On Mon, 03 Nov 2003 15:19:44 -0600, Cecil Moore
wrote:

Roy Lewallen wrote:

Because you're seeing different currents at the two stub terminals, you
must be modeling it with wires, which should reflect reality quite well.
Look carefully at the currents along the stub and you'll find they're
not equal and opposite on the two conductors. Such a radiating stub *is*
very different from a coil.

Instead of a knee-jerk defense of your ideas, why don't you actually take
a look at the problem?
Ah the quality of sneer review.

Those stubs are vertical. EZNEC shows virtually zero
vertically polarized radiation. According to EZNEC, those stubs are radiating
a negligible amount, just like the lumped inductance. Why the 40% difference
in current between the two configurations? Is this a characteristic of NEC?

Cecil, you have two stubs and they are driven antiphase (typical of a
doublet) and through symmetry would have equal antiphase currents when
compared to their opposites, but not necessarily equal currents within
their twin-pair of lines.
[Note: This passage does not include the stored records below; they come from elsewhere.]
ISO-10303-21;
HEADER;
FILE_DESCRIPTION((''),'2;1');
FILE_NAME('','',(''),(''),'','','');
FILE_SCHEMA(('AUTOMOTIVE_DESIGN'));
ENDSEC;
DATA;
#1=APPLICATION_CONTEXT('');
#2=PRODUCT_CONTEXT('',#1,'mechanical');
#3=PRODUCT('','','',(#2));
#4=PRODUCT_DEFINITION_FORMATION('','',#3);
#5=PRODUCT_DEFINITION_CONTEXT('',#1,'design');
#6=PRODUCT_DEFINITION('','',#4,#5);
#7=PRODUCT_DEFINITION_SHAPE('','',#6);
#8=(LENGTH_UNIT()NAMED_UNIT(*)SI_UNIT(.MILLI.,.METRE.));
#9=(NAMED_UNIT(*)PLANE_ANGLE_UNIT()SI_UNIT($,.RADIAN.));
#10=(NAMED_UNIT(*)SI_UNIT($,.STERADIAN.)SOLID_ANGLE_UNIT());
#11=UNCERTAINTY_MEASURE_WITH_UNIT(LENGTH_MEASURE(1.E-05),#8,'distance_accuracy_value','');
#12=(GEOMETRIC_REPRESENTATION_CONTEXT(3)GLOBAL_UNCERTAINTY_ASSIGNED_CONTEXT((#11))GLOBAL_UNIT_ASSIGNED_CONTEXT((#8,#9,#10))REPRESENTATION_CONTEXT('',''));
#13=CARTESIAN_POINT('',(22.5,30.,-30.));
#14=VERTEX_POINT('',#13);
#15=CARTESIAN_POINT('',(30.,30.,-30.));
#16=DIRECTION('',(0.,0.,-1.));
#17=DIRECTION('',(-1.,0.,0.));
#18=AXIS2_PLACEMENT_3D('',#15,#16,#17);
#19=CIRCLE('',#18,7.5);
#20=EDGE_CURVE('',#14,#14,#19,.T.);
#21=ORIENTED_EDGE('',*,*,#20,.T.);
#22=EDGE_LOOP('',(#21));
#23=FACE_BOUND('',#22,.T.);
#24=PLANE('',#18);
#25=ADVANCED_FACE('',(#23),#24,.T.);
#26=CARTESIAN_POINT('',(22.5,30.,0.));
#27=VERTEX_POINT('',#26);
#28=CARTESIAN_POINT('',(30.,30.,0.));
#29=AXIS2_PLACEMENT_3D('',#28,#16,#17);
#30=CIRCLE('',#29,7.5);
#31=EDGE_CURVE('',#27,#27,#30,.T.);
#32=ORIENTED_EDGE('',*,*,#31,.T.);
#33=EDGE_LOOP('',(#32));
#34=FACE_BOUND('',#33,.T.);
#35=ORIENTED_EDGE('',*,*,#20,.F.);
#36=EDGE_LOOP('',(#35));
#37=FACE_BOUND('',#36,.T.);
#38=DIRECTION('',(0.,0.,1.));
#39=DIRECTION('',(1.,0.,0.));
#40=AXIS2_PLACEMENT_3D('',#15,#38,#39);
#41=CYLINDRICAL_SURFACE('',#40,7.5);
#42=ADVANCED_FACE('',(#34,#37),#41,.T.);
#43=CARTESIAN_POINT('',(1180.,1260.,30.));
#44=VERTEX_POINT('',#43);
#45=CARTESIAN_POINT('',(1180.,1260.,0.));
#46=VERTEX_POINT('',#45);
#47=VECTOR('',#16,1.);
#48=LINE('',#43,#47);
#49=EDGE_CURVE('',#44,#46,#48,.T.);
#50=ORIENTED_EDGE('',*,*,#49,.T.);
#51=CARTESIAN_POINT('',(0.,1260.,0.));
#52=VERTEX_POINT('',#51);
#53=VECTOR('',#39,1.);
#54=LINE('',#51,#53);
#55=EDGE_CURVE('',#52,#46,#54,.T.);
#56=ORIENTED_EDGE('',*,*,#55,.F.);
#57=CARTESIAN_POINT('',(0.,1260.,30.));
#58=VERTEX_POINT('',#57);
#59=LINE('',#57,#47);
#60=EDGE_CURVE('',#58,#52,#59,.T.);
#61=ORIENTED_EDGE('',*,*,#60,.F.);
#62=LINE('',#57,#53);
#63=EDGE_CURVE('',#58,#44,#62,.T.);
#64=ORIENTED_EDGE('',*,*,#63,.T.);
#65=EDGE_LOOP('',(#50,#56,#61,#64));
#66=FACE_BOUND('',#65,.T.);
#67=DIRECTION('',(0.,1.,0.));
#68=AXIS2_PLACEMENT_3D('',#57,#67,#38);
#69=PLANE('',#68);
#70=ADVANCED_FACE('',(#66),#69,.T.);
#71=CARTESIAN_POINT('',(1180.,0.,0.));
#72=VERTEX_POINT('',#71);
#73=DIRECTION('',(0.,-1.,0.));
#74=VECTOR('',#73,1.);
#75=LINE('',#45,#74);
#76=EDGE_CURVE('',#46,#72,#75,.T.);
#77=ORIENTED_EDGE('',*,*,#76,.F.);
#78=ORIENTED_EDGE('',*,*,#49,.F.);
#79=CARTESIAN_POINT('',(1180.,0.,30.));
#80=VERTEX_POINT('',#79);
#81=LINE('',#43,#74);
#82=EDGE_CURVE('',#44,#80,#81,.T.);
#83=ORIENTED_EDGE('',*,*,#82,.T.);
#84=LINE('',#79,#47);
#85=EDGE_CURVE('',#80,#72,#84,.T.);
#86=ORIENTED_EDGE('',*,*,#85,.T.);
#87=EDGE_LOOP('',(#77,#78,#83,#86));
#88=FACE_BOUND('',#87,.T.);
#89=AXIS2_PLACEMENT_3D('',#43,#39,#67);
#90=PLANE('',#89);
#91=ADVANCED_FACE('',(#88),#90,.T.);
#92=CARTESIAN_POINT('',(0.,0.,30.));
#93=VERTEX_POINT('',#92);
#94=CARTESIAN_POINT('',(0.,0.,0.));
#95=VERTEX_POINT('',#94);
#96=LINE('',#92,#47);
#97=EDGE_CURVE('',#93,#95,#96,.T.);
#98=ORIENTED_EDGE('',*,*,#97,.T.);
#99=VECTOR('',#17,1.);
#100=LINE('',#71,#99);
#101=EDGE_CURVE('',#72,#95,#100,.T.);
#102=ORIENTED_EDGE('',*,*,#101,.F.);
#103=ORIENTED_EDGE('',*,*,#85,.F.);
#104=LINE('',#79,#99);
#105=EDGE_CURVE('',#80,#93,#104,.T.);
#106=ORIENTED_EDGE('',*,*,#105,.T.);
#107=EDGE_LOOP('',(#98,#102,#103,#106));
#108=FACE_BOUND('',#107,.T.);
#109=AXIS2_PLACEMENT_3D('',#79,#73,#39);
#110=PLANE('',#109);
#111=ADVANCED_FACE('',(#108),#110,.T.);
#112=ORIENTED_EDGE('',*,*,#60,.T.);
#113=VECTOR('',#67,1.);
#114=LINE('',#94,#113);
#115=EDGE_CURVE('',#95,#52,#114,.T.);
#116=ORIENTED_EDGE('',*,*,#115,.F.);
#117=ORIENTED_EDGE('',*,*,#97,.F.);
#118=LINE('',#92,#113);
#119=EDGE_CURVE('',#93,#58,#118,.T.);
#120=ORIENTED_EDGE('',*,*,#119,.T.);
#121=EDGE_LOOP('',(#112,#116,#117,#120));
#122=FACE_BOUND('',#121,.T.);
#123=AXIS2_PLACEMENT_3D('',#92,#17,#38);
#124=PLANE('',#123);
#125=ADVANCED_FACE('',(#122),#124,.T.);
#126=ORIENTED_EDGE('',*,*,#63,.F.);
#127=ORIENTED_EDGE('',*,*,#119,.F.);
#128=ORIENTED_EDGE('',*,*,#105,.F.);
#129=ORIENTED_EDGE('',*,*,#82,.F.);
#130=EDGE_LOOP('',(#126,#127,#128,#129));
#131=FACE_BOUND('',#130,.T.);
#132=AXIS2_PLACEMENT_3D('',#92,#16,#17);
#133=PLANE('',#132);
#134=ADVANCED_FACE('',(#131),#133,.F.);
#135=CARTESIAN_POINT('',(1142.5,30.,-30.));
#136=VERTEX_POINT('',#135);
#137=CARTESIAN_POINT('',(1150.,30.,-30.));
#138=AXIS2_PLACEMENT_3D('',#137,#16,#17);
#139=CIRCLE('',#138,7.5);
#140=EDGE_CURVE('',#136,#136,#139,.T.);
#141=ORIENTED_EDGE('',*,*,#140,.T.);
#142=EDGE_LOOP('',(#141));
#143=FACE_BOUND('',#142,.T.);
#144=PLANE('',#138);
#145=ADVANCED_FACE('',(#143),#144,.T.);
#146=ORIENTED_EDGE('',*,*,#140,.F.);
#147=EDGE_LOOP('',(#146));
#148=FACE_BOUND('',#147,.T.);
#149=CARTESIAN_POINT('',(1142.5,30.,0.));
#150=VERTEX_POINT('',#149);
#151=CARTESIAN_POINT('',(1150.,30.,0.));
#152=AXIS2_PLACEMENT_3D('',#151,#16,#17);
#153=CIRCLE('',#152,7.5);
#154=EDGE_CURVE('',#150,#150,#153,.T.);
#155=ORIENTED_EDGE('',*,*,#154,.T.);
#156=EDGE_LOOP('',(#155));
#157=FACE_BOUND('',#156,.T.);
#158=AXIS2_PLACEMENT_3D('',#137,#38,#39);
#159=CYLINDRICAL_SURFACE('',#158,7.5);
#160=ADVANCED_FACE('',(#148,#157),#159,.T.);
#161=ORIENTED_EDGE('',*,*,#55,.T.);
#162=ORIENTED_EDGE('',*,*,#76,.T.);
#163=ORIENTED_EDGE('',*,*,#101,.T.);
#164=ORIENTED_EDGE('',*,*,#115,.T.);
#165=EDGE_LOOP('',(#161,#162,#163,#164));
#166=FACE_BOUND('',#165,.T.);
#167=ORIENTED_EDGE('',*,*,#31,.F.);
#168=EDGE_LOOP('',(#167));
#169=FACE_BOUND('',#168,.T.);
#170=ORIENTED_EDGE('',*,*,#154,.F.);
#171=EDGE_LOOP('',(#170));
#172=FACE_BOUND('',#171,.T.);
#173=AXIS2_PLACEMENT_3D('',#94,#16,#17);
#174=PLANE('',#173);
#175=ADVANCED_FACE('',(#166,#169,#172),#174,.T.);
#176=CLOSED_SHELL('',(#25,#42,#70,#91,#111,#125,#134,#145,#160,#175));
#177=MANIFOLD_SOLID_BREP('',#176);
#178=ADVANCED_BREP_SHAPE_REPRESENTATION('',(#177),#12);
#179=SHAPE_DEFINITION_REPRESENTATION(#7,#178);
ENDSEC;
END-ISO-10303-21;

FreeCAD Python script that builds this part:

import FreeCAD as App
import Part
import Sketcher
Q = App.Units.Quantity


def add_polygon(sketch, points):
    """Adds a closed chain of lines whose ends are joined by coincident constraints."""
    first, n = sketch.GeometryCount, len(points)
    for a, b in zip(points, points[1:] + points[:1]):
        sketch.addGeometry(Part.LineSegment(App.Vector(*a, 0), App.Vector(*b, 0)), False)
    for i in range(n):
        sketch.addConstraint(Sketcher.Constraint("Coincident", first + i, 2, first + (i + 1) % n, 1))

doc = App.newDocument("Part")
body = doc.addObject("PartDesign::Body", "Body")

sketch1 = body.newObject("Sketcher::SketchObject", "Sketch")
sketch1.AttachmentSupport = (doc.getObject("XY_Plane"), [""])
sketch1.MapMode = "FlatFace"
add_polygon(sketch1, [(0, 1260), (0, 0), (1180, 0), (1180, 1260)])
sketch1.addConstraint(Sketcher.Constraint("Vertical", 0))
sketch1.addConstraint(Sketcher.Constraint("Horizontal", 1))
sketch1.addConstraint(Sketcher.Constraint("Vertical", 2))
sketch1.addConstraint(Sketcher.Constraint("Horizontal", 3))
sketch1.addConstraint(Sketcher.Constraint("Coincident", 0, 2, -1, 1))
sketch1.addConstraint(Sketcher.Constraint("DistanceX", 1, 1, 1, 2, Q("1180 mm")))
sketch1.addConstraint(Sketcher.Constraint("DistanceY", 0, 2, 0, 1, Q("1260 mm")))
pad1 = body.newObject("PartDesign::Pad", "Pad")
pad1.Profile = sketch1
pad1.Length = 30

sketch2 = body.newObject("Sketcher::SketchObject", "Sketch001")
sketch2.AttachmentSupport = (doc.getObject("XY_Plane"), [""])
sketch2.MapMode = "FlatFace"
sketch2.addGeometry(Part.Circle(App.Vector(1150, 30, 0), App.Vector(0, 0, 1), 7.5), False)
sketch2.addGeometry(Part.Circle(App.Vector(30, 30, 0), App.Vector(0, 0, 1), 7.5), False)
sketch2.addConstraint(Sketcher.Constraint("Equal", 0, 1))
sketch2.addConstraint(Sketcher.Constraint("Horizontal", 0, 3, 1, 3))
sketch2.addConstraint(Sketcher.Constraint("Diameter", 0, Q("15 mm")))
sketch2.addConstraint(Sketcher.Constraint("DistanceX", -1, 1, 0, 3, Q("1150 mm")))
sketch2.addConstraint(Sketcher.Constraint("DistanceY", -1, 1, 0, 3, Q("30 mm")))
sketch2.addConstraint(Sketcher.Constraint("DistanceX", -1, 1, 1, 3, Q("30 mm")))
pad2 = body.newObject("PartDesign::Pad", "Pad001")
pad2.Profile = sketch2
pad2.Length = 30
pad2.Reversed = True

doc.recompute()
The sum of ALL currents (and not just the
myopic view of one of two stubs) would suggest exactly what Roy has
offered.

This, of course, returns us to the question of what part of the
radiator radiates. Sadly, the convention of the current pulse (or
maxima, or other equivalent term) trips up discussion just in these
matters. ALL elements radiate, it is only in the far field where
their contributions negate, not literally within the structure.

73's
Richard Clark, KB7QHC

Richard Clark wrote:
Cecil, you have two stubs and they are driven antiphase (typical of a
doublet) and through symmetry would have equal antiphase currents when
compared to their opposites, but not necessarily equal currents within
their twin-pair of lines. The sum of ALL currents (and not just the
myopic view of one of two stubs) would suggest exactly what Roy has
offered.

Sorry, Richard, 1/2 of the loaded dipole turned vertical doesn't
show a trace of horizontal radiation. Sorry about that.

Roy suggested the stubs might be radiating. EZNEC says they are not.
You can add two inches of vertical wire to the ends of the antenna
and see the red vertical radiation. The stubs are 0.04WL, #14 wire,
and 6 inch spacing. How much could they radiate on 75m? The difference
in current is not due to radiation. It is due to the phase shift
between Ifwd and Iref through the stub.
--
73, Cecil http://www.qsl.net/w5dxp



-----= Posted via Newsfeeds.Com, Uncensored Usenet News =-----
http://www.newsfeeds.com - The #1 Newsgroup Service in the World!
-----== Over 100,000 Newsgroups - 19 Different Servers! =-----

I'll choose this one to respond to, since it talks directly about the
models.

Cecil has been kind enough to provide me with the models, and given me
permission to post them on my web site. You can download them from
ftp://eznec.com/pub/ as Cecils_Models.zip, and run them with the
standard version of EZNEC. If you only have the demo version, a
reduced-segment model of the verticals at least should work well enough
to illustrate the subject matter.

I looked particularly at the two models of a vertical, since they're the
simplest. They're both 51 feet high, on 75 meters. One has a single
lumped "load" of +j335 ohms between 25 and 26 feet from the ground, and
the other has a one-foot-spaced horizontal stub protruding horizontally
from the same point.

One point that seems to be drawing attention, if not to say some
creative theories, is that the current at the bottom terminal of the
stub isn't equal to the current at the top terminal. They are, EZNEC
reports, 0.846 and 0.581 amps respectively (at the stub end segments).
EZNEC shows them to have very little phase shift along the stub, and
very nearly 180 degrees out of phase on the two wires. (People looking
at the model should be aware that stub wires 2 and 4 are defined with
end 1 of one opposite end 2 of the other. So the phase angles reported
by EZNEC are referenced in opposite physical directions. EZNEC reports
the phase angles of the currents on the two wires as being nearly
identical. So that means that the currents are flowing in phase in
opposite directions -- or nearly exactly out of phase if you define
positive as the same direction for both wires.)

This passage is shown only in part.